YOUR INSTRUCTIONS
Using the entries that follow, write out the line containing "f 95 224 228", the line containing "f 57 228 230", and every line between them, exactly and nothing else.

--- RECORDS FOR PROCESSING Enclosed Below ---

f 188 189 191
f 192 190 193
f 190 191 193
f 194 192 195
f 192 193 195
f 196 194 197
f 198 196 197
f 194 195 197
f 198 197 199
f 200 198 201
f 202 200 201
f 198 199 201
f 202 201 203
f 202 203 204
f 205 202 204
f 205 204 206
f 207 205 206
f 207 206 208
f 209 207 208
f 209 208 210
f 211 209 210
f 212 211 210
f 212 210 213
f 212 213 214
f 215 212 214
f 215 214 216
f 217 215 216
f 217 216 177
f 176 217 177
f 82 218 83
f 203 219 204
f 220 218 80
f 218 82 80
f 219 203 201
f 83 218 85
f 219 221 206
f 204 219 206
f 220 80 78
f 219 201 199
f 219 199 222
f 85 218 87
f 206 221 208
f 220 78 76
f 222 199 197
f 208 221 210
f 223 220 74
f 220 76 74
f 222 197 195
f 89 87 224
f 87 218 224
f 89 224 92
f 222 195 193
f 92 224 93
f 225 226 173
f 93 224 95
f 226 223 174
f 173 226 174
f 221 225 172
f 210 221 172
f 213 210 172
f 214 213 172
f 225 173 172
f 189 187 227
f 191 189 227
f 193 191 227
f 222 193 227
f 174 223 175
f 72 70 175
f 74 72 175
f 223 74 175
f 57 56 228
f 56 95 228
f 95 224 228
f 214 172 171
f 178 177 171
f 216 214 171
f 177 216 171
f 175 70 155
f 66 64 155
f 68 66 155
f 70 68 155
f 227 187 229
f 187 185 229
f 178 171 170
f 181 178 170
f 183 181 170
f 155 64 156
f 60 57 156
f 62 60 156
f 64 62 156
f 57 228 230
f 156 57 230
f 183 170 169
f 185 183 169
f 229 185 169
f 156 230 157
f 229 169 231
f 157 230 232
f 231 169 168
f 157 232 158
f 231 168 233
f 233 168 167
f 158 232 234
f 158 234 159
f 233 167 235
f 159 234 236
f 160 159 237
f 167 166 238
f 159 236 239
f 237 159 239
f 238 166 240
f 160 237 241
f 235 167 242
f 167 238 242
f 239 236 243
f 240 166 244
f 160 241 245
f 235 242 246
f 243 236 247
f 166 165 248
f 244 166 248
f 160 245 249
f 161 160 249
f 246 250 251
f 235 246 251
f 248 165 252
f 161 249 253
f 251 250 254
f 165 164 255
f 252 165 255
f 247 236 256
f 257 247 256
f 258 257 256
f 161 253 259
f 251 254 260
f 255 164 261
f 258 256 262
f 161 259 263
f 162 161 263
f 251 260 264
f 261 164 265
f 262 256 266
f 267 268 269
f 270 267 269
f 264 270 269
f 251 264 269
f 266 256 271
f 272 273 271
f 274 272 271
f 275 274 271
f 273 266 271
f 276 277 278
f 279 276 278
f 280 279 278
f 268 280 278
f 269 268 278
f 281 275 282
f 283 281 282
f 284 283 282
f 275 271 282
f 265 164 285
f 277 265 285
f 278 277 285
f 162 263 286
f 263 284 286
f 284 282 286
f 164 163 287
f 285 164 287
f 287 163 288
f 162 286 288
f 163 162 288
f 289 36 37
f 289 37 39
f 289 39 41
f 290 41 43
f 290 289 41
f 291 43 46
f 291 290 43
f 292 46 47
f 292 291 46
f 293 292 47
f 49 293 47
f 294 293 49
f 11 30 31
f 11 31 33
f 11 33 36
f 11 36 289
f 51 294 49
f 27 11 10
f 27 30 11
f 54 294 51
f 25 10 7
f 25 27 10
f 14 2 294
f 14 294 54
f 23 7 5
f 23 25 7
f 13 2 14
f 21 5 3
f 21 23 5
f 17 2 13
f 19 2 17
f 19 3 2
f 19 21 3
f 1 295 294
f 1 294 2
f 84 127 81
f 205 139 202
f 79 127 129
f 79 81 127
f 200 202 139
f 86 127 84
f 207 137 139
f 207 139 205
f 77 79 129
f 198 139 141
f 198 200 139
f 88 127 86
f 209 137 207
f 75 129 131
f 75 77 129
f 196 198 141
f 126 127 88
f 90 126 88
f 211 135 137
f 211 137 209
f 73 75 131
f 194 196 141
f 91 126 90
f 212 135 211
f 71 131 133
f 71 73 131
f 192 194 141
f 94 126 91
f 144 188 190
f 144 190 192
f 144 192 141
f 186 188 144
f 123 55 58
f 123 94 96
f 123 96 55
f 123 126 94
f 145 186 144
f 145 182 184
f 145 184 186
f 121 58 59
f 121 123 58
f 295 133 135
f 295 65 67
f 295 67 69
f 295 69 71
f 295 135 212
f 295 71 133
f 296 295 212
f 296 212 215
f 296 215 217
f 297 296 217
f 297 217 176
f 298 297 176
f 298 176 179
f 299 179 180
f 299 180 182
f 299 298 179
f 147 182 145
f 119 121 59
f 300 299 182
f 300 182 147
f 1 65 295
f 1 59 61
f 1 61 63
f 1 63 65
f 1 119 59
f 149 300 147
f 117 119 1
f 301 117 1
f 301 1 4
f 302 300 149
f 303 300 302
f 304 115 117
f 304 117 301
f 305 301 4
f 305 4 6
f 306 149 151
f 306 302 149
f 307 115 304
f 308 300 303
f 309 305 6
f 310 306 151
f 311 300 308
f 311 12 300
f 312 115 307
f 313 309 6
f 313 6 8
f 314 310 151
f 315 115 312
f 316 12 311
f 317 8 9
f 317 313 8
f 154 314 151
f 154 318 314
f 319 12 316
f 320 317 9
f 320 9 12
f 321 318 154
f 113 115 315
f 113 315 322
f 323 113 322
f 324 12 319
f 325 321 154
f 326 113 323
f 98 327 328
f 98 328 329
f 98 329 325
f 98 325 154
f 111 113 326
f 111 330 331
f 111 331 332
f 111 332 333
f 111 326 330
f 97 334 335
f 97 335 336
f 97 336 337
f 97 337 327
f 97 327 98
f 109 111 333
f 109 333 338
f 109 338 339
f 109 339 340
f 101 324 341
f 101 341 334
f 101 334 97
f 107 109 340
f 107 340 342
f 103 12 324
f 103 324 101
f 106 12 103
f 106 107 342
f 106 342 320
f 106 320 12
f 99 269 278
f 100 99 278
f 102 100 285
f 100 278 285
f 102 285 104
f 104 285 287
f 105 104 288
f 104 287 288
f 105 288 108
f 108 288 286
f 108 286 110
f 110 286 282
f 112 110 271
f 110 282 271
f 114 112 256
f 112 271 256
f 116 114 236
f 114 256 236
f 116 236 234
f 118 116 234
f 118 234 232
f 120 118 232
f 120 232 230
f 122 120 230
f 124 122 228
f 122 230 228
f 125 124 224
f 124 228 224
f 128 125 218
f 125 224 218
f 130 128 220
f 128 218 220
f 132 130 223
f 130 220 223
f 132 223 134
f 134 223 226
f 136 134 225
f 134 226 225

--- End of Enclosed RECORDS FOR PROCESSING ---
--- RECORDS FOR PROCESSING Enclosed Below ---

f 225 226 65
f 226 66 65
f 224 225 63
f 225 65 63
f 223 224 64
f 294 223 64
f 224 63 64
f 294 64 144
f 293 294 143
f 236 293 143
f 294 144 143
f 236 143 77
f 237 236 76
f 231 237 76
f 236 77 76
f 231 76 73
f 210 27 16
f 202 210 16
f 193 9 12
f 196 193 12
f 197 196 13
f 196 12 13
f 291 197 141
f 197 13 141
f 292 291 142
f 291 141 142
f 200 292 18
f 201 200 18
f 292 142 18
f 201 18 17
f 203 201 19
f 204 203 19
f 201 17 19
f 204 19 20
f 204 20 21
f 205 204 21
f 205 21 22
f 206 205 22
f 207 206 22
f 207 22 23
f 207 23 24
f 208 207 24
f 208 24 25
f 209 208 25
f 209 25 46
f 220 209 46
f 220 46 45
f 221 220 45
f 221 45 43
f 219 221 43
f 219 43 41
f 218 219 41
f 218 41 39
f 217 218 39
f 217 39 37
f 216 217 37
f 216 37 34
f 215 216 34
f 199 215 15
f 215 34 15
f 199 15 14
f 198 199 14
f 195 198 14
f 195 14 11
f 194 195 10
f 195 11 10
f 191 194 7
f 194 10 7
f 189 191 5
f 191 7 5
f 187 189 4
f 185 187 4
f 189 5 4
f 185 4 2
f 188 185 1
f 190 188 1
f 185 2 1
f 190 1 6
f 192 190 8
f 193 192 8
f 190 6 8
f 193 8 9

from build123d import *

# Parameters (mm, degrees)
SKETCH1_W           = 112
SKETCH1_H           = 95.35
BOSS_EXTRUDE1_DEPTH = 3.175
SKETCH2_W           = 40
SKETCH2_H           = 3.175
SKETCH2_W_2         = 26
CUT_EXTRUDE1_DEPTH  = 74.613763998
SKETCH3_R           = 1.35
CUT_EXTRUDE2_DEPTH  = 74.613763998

--- End of Enclosed RECORDS FOR PROCESSING ---

PROBLEM SOLUTION
f 95 224 228
f 214 172 171
f 178 177 171
f 216 214 171
f 177 216 171
f 175 70 155
f 66 64 155
f 68 66 155
f 70 68 155
f 227 187 229
f 187 185 229
f 178 171 170
f 181 178 170
f 183 181 170
f 155 64 156
f 60 57 156
f 62 60 156
f 64 62 156
f 57 228 230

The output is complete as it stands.